Me:I j..i just... i just really wanted to.,, i really wanted to tell you.... thank you,,? Thank you because.... Without even knowing, you made a movie that literally saved me,,,, Kept me alive. I could thank of course Todd, Scott, Lawrence, the whole team, but the way you,.. *ny voice is choking in tears* the way you showed those emotions, the first film bringing to the fore both the multitude of traumas that life can have inflicted to me... I have so many similarities with the character that I'm almost afraid of it; I know that part of my capsizing emotions come directly from all of this.*Talks about the same abuse and trauma in details i had, the same thing about therapy, thing about being beat up (not as a clown but as a mascott (fireman dog), being bullied and beaten up in high school, the way people judged me, society treated me, how i got treated when i snapped and punched my abusers..* Here in Montreal, I am in poor health and very poor. For therapy there is too long a waiting list in the free services and they cut the services, like Arthur. Here is why, therefore, to cosplay and create so much in connection with this film, frees me. It's therapeutic. It is a safe filter to free me from my emotions. I use the characters as the therapy i do not have. You saved me. *I explain my whole roleplay process etc since the beginning*
▫️Him: *Started crying and speaks with a low voice*
Awwww, this... is is just so so sweet... This is the kindest thing you could tell me, and... what you went through, poooooor baby... *stand up and ask me to stand up* *Hugs me super thigh, for a long hug, while talking low*
Him: This will be okay, i promise.. Thank you so much for sharing this with me... I am very touched, really... I am so sorry you had to go through this, but so amazed by your strenght.. thank you for coming today... I have to.. i have to go back shooting but are you hungry? Did you eat today?
*He asks his assistant 'can i come back? go to restaurant or, no heh no time.. you know where the salad his, avocado.. No ah ok anyways*
He comes back to me 'Hey i hum, yeah i have to go back shooting, but hey hum let's hang out later maybe okay hey hug... take care' he runs. I go back sitting and the security guys are looking at me jawdropping super excited, but i cant talk, trying to process it all.

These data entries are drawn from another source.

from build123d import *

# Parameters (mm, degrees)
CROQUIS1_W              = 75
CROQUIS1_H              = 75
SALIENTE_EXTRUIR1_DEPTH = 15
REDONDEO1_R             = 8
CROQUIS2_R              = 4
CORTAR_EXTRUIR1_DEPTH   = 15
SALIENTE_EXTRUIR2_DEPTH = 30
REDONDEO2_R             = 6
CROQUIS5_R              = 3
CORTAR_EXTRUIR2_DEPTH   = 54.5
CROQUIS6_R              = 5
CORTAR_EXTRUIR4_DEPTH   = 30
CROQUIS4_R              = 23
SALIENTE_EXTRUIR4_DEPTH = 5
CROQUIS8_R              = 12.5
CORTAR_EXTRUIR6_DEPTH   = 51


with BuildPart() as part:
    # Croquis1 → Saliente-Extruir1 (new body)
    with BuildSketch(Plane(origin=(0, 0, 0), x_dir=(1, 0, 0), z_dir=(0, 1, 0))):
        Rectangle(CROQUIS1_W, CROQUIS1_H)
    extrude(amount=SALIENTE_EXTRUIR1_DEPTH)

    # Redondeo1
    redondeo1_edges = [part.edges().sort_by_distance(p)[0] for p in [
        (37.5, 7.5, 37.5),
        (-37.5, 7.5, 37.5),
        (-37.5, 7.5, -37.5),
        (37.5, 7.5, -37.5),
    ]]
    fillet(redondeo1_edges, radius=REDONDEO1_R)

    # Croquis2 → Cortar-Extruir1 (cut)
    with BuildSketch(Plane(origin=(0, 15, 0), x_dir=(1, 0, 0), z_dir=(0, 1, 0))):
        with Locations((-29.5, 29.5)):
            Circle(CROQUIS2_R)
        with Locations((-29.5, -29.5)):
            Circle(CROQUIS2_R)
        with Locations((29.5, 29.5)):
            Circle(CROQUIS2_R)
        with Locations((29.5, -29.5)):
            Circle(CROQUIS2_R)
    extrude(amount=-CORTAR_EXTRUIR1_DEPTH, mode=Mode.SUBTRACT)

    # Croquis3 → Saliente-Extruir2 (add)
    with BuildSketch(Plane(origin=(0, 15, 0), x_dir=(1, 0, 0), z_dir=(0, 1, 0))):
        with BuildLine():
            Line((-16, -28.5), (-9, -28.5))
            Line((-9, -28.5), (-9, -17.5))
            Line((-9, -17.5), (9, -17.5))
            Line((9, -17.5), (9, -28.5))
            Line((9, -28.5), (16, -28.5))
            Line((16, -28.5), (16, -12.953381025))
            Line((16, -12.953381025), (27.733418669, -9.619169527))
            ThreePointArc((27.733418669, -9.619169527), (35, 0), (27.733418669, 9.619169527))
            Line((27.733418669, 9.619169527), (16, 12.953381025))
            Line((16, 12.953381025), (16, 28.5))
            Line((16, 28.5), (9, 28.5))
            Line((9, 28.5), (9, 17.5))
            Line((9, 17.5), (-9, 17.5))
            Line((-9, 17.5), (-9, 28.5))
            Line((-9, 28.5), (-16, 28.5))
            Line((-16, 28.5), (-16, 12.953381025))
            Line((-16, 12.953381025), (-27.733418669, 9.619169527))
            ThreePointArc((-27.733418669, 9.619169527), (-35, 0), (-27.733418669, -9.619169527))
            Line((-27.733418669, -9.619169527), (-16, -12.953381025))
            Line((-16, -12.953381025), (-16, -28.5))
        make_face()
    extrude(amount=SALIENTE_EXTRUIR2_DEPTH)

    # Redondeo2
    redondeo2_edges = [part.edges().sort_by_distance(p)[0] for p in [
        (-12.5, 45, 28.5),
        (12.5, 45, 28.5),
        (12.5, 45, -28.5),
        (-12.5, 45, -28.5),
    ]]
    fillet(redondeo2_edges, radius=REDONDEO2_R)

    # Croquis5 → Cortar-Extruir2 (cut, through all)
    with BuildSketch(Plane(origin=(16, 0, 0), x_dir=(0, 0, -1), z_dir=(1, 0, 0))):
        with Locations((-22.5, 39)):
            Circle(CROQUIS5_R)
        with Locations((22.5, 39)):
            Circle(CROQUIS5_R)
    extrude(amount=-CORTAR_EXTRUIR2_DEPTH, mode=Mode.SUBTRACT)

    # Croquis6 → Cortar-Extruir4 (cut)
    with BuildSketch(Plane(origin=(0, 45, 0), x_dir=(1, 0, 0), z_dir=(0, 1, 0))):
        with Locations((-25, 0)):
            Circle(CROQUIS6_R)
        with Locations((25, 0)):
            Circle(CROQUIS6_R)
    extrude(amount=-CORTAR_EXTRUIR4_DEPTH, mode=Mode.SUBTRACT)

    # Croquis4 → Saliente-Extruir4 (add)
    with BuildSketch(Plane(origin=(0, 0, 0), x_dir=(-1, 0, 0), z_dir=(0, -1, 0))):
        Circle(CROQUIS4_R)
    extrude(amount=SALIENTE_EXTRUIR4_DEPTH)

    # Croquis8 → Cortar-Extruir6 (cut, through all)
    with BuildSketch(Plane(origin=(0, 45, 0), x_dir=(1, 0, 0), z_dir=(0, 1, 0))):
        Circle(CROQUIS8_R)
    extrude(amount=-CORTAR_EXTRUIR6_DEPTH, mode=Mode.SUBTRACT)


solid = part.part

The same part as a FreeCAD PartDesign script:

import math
import FreeCAD as App
import Part
import Sketcher
Q = App.Units.Quantity


def edges_at(feature, points):
    """Names of the edges that pass closest to the given points."""
    edges = feature.Shape.Edges
    near = lambda p: min(range(len(edges)), key=lambda i: edges[i].distToShape(Part.Vertex(*p))[0])
    return sorted({f"Edge{near(p) + 1}" for p in points})


def add_polygon(sketch, points):
    """Adds a closed chain of lines whose ends are joined by coincident constraints."""
    first, n = sketch.GeometryCount, len(points)
    for a, b in zip(points, points[1:] + points[:1]):
        sketch.addGeometry(Part.LineSegment(App.Vector(*a, 0), App.Vector(*b, 0)), False)
    for i in range(n):
        sketch.addConstraint(Sketcher.Constraint("Coincident", first + i, 2, first + (i + 1) % n, 1))

doc = App.newDocument("Part")
params = doc.addObject("Spreadsheet::Sheet", "Params")
for row, (alias, value) in enumerate([
    ("sketch1_width", "75 mm"),
    ("pad1_length", "15 mm"),
    ("fillet_radius", "8 mm"),
    ("sketch2_diameter", "8 mm"),
    ("pocket1_length", "15 mm"),
    ("sketch3_radius", "10 mm"),
    ("sketch3_width", "7 mm"),
    ("sketch3_width2", "18 mm"),
    ("sketch3_height", "11 mm"),
    ("pad2_length", "30 mm"),
    ("fillet2_radius", "6 mm"),
    ("sketch4_diameter", "6 mm"),
    ("sketch5_diameter", "10 mm"),
    ("pocket3_length", "30 mm"),
    ("sketch6_diameter", "46 mm"),
    ("pad3_length", "5 mm"),
    ("sketch7_diameter", "25 mm"),
], start=1):
    params.set(f"A{row}", alias)
    params.set(f"B{row}", "=" + value)
    params.setAlias(f"B{row}", alias)

body = doc.addObject("PartDesign::Body", "Body")

# Sketch on XZ plane
sketch1 = body.newObject("Sketcher::SketchObject", "Sketch")
sketch1.AttachmentSupport = (doc.getObject("XZ_Plane"), [""])
sketch1.MapMode = "FlatFace"
add_polygon(sketch1, [(-37.5, -37.5), (-37.5, 37.5), (37.5, 37.5), (37.5, -37.5)])  # lines 0-3
sketch1.addConstraint(Sketcher.Constraint("Vertical", 0))
sketch1.addConstraint(Sketcher.Constraint("Horizontal", 1))
sketch1.addConstraint(Sketcher.Constraint("Vertical", 2))
sketch1.addConstraint(Sketcher.Constraint("Horizontal", 3))
sketch1.addConstraint(Sketcher.Constraint("Symmetric", 0, 2, 2, 2, -1, 1))
sketch1.addConstraint(Sketcher.Constraint("Equal", 3, 0))
sketch1.addConstraint(Sketcher.Constraint("DistanceX", 1, 1, 1, 2, Q("75 mm")))
sketch1.setExpression("Constraints[10]", "Params.sketch1_width")
pad1 = body.newObject("PartDesign::Pad", "Pad")
pad1.Profile = sketch1
pad1.setExpression("Length", "Params.pad1_length")
pad1.Reversed = True
doc.recompute()

fillet = body.newObject("PartDesign::Fillet", "Fillet")
fillet.Base = (pad1, edges_at(pad1, [
    (37.5, 7.5, 37.5),
    (-37.5, 7.5, 37.5),
    (-37.5, 7.5, -37.5),
    (37.5, 7.5, -37.5),
]))
fillet.setExpression("Radius", "Params.fillet_radius")

# Sketch on XZ plane
sketch2 = body.newObject("Sketcher::SketchObject", "Sketch001")
sketch2.AttachmentSupport = (doc.getObject("XZ_Plane"), [""])
sketch2.MapMode = "FlatFace"
sketch2.AttachmentOffset = App.Placement(App.Vector(0, 0, -15), App.Rotation())
sketch2.addGeometry(Part.Circle(App.Vector(-29.5, -29.5, 0), App.Vector(0, 0, 1), 4), False)
sketch2.addGeometry(Part.Circle(App.Vector(-29.5, 29.5, 0), App.Vector(0, 0, 1), 4), False)
sketch2.addGeometry(Part.Circle(App.Vector(29.5, -29.5, 0), App.Vector(0, 0, 1), 4), False)
sketch2.addGeometry(Part.Circle(App.Vector(29.5, 29.5, 0), App.Vector(0, 0, 1), 4), False)
sketch2.addConstraint(Sketcher.Constraint("Equal", 0, 1))
sketch2.addConstraint(Sketcher.Constraint("Equal", 1, 2))
sketch2.addConstraint(Sketcher.Constraint("Equal", 2, 3))
sketch2.addConstraint(Sketcher.Constraint("Symmetric", 1, 3, 2, 3, -1, 1))
sketch2.addConstraint(Sketcher.Constraint("Symmetric", 0, 3, 3, 3, -1, 1))
sketch2.addConstraint(Sketcher.Constraint("Symmetric", 0, 3, 2, 3, -2))
sketch2.addConstraint(Sketcher.Constraint("Diameter", 0, Q("8 mm")))
sketch2.addConstraint(Sketcher.Constraint("DistanceY", 0, 3, 1, 3, Q("59 mm")))
sketch2.addConstraint(Sketcher.Constraint("DistanceX", 0, 3, 2, 3, Q("59 mm")))
sketch2.setExpression("Constraints[6]", "Params.sketch2_diameter")
pocket1 = body.newObject("PartDesign::Pocket", "Pocket")
pocket1.Profile = sketch2
pocket1.setExpression("Length", "Params.pocket1_length")
pocket1.Reversed = True

# Sketch on XZ plane
sketch3 = body.newObject("Sketcher::SketchObject", "Sketch002")
sketch3.AttachmentSupport = (doc.getObject("XZ_Plane"), [""])
sketch3.MapMode = "FlatFace"
sketch3.AttachmentOffset = App.Placement(App.Vector(0, 0, -15), App.Rotation())
sketch3.addGeometry(Part.LineSegment(App.Vector(-16, 28.5, 0), App.Vector(-9, 28.5, 0)), False)
sketch3.addGeometry(Part.LineSegment(App.Vector(-9, 28.5, 0), App.Vector(-9, 17.5, 0)), False)
sketch3.addGeometry(Part.LineSegment(App.Vector(-9, 17.5, 0), App.Vector(9, 17.5, 0)), False)
sketch3.addGeometry(Part.LineSegment(App.Vector(9, 17.5, 0), App.Vector(9, 28.5, 0)), False)
sketch3.addGeometry(Part.LineSegment(App.Vector(9, 28.5, 0), App.Vector(16, 28.5, 0)), False)
sketch3.addGeometry(Part.LineSegment(App.Vector(16, 28.5, 0), App.Vector(16, 12.953381, 0)), False)
sketch3.addGeometry(Part.LineSegment(App.Vector(16, 12.953381, 0), App.Vector(27.733419, 9.61917, 0)), False)
sketch3.addGeometry(Part.ArcOfCircle(Part.Circle(App.Vector(25, 0, 0), App.Vector(0, 0, 1), 10), math.radians(-74.136775), math.radians(74.136775)), False)
sketch3.addGeometry(Part.LineSegment(App.Vector(27.733419, -9.61917, 0), App.Vector(16, -12.953381, 0)), False)
sketch3.addGeometry(Part.LineSegment(App.Vector(16, -12.953381, 0), App.Vector(16, -28.5, 0)), False)
sketch3.addGeometry(Part.LineSegment(App.Vector(16, -28.5, 0), App.Vector(9, -28.5, 0)), False)
sketch3.addGeometry(Part.LineSegment(App.Vector(9, -28.5, 0), App.Vector(9, -17.5, 0)), False)
sketch3.addGeometry(Part.LineSegment(App.Vector(9, -17.5, 0), App.Vector(-9, -17.5, 0)), False)
sketch3.addGeometry(Part.LineSegment(App.Vector(-9, -17.5, 0), App.Vector(-9, -28.5, 0)), False)
sketch3.addGeometry(Part.LineSegment(App.Vector(-9, -28.5, 0), App.Vector(-16, -28.5, 0)), False)
sketch3.addGeometry(Part.LineSegment(App.Vector(-16, -28.5, 0), App.Vector(-16, -12.953381, 0)), False)
sketch3.addGeometry(Part.LineSegment(App.Vector(-16, -12.953381, 0), App.Vector(-27.733419, -9.61917, 0)), False)
sketch3.addGeometry(Part.ArcOfCircle(Part.Circle(App.Vector(-25, 0, 0), App.Vector(0, 0, 1), 10), math.radians(105.863225), math.radians(254.136775)), False)
sketch3.addGeometry(Part.LineSegment(App.Vector(-27.733419, 9.61917, 0), App.Vector(-16, 12.953381, 0)), False)
sketch3.addGeometry(Part.LineSegment(App.Vector(-16, 12.953381, 0), App.Vector(-16, 28.5, 0)), False)
sketch3.addConstraint(Sketcher.Constraint("Coincident", 0, 2, 1, 1))
sketch3.addConstraint(Sketcher.Constraint("Coincident", 1, 2, 2, 1))
sketch3.addConstraint(Sketcher.Constraint("Coincident", 2, 2, 3, 1))
sketch3.addConstraint(Sketcher.Constraint("Coincident", 3, 2, 4, 1))
sketch3.addConstraint(Sketcher.Constraint("Coincident", 4, 2, 5, 1))
sketch3.addConstraint(Sketcher.Constraint("Coincident", 5, 2, 6, 1))
sketch3.addConstraint(Sketcher.Constraint("Tangent", 6, 2, 7, 2))
sketch3.addConstraint(Sketcher.Constraint("Tangent", 7, 1, 8, 1))
sketch3.addConstraint(Sketcher.Constraint("Coincident", 8, 2, 9, 1))
sketch3.addConstraint(Sketcher.Constraint("Coincident", 9, 2, 10, 1))
sketch3.addConstraint(Sketcher.Constraint("Coincident", 10, 2, 11, 1))
sketch3.addConstraint(Sketcher.Constraint("Coincident", 11, 2, 12, 1))
sketch3.addConstraint(Sketcher.Constraint("Coincident", 12, 2, 13, 1))
sketch3.addConstraint(Sketcher.Constraint("Coincident", 13, 2, 14, 1))
sketch3.addConstraint(Sketcher.Constraint("Coincident", 14, 2, 15, 1))
sketch3.addConstraint(Sketcher.Constraint("Coincident", 15, 2, 16, 1))
sketch3.addConstraint(Sketcher.Constraint("Tangent", 16, 2, 17, 2))
sketch3.addConstraint(Sketcher.Constraint("Tangent", 17, 1, 18, 1))
sketch3.addConstraint(Sketcher.Constraint("Coincident", 18, 2, 19, 1))
sketch3.addConstraint(Sketcher.Constraint("Coincident", 19, 2, 0, 1))
sketch3.addConstraint(Sketcher.Constraint("Horizontal", 0))
sketch3.addConstraint(Sketcher.Constraint("Vertical", 1))
sketch3.addConstraint(Sketcher.Constraint("Horizontal", 2))
sketch3.addConstraint(Sketcher.Constraint("Vertical", 3))
sketch3.addConstraint(Sketcher.Constraint("Horizontal", 4))
sketch3.addConstraint(Sketcher.Constraint("Vertical", 5))
sketch3.addConstraint(Sketcher.Constraint("Vertical", 9))
sketch3.addConstraint(Sketcher.Constraint("Horizontal", 10))
sketch3.addConstraint(Sketcher.Constraint("Vertical", 11))
sketch3.addConstraint(Sketcher.Constraint("Horizontal", 12))
sketch3.addConstraint(Sketcher.Constraint("Vertical", 13))
sketch3.addConstraint(Sketcher.Constraint("Horizontal", 14))
sketch3.addConstraint(Sketcher.Constraint("Vertical", 15))
sketch3.addConstraint(Sketcher.Constraint("Vertical", 19))
sketch3.addConstraint(Sketcher.Constraint("Equal", 7, 17))
sketch3.addConstraint(Sketcher.Constraint("Symmetric", 7, 3, 17, 3, -1, 1))
sketch3.addConstraint(Sketcher.Constraint("Symmetric", 0, 2, 10, 2, -1, 1))
sketch3.addConstraint(Sketcher.Constraint("Symmetric", 2, 2, 12, 2, -1, 1))
sketch3.addConstraint(Sketcher.Constraint("Symmetric", 4, 2, 14, 2, -1, 1))
sketch3.addConstraint(Sketcher.Constraint("Symmetric", 8, 2, 18, 2, -1, 1))
sketch3.addConstraint(Sketcher.Constraint("Symmetric", 0, 2, 3, 2, -2))
sketch3.addConstraint(Sketcher.Constraint("Symmetric", 8, 2, 15, 2, -2))
sketch3.addConstraint(Sketcher.Constraint("Symmetric", 6, 2, 17, 1, -2))
sketch3.addConstraint(Sketcher.Constraint("Radius", 7, Q("10 mm")))
sketch3.addConstraint(Sketcher.Constraint("DistanceX", 0, 1, 0, 2, Q("7 mm")))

He comes back after a few minutes, he prepared an avocado sandwich for me, brough a salad, water bottle, Coke can. I'm super shy, i thank him. A guy tell him i have a letter for him, i give it to him and explain that i wasnt expecting to see him so i left my blog adress, and all i explained before. He hugged me thigh and cries, je came back a few times and i tell him in a very respectful way i know how he doesnt like to take pictures, he hates medias etc, that i wanted to get a picture with him but that if he refuses i entirely respects his privacy, he looks at me and says "ah come on, come" i follow him back at the bench, he is still emotional, we can see it on the picture.
He hugs me, tells me he gotta go back to shooting, and thanks me for everything. I give him my letter with the link of my website on it. I go back where i was, everything is too surreal. I talk to the security guys who are way beyond happy for me, and i go home. I go home, listening to JOKER soundtrack, walking at the St-Denis exit that reminds me one of my favorite scenes of the movie, the scene i talked about with him. When he exits the subway.
I think about this day everyday and cry.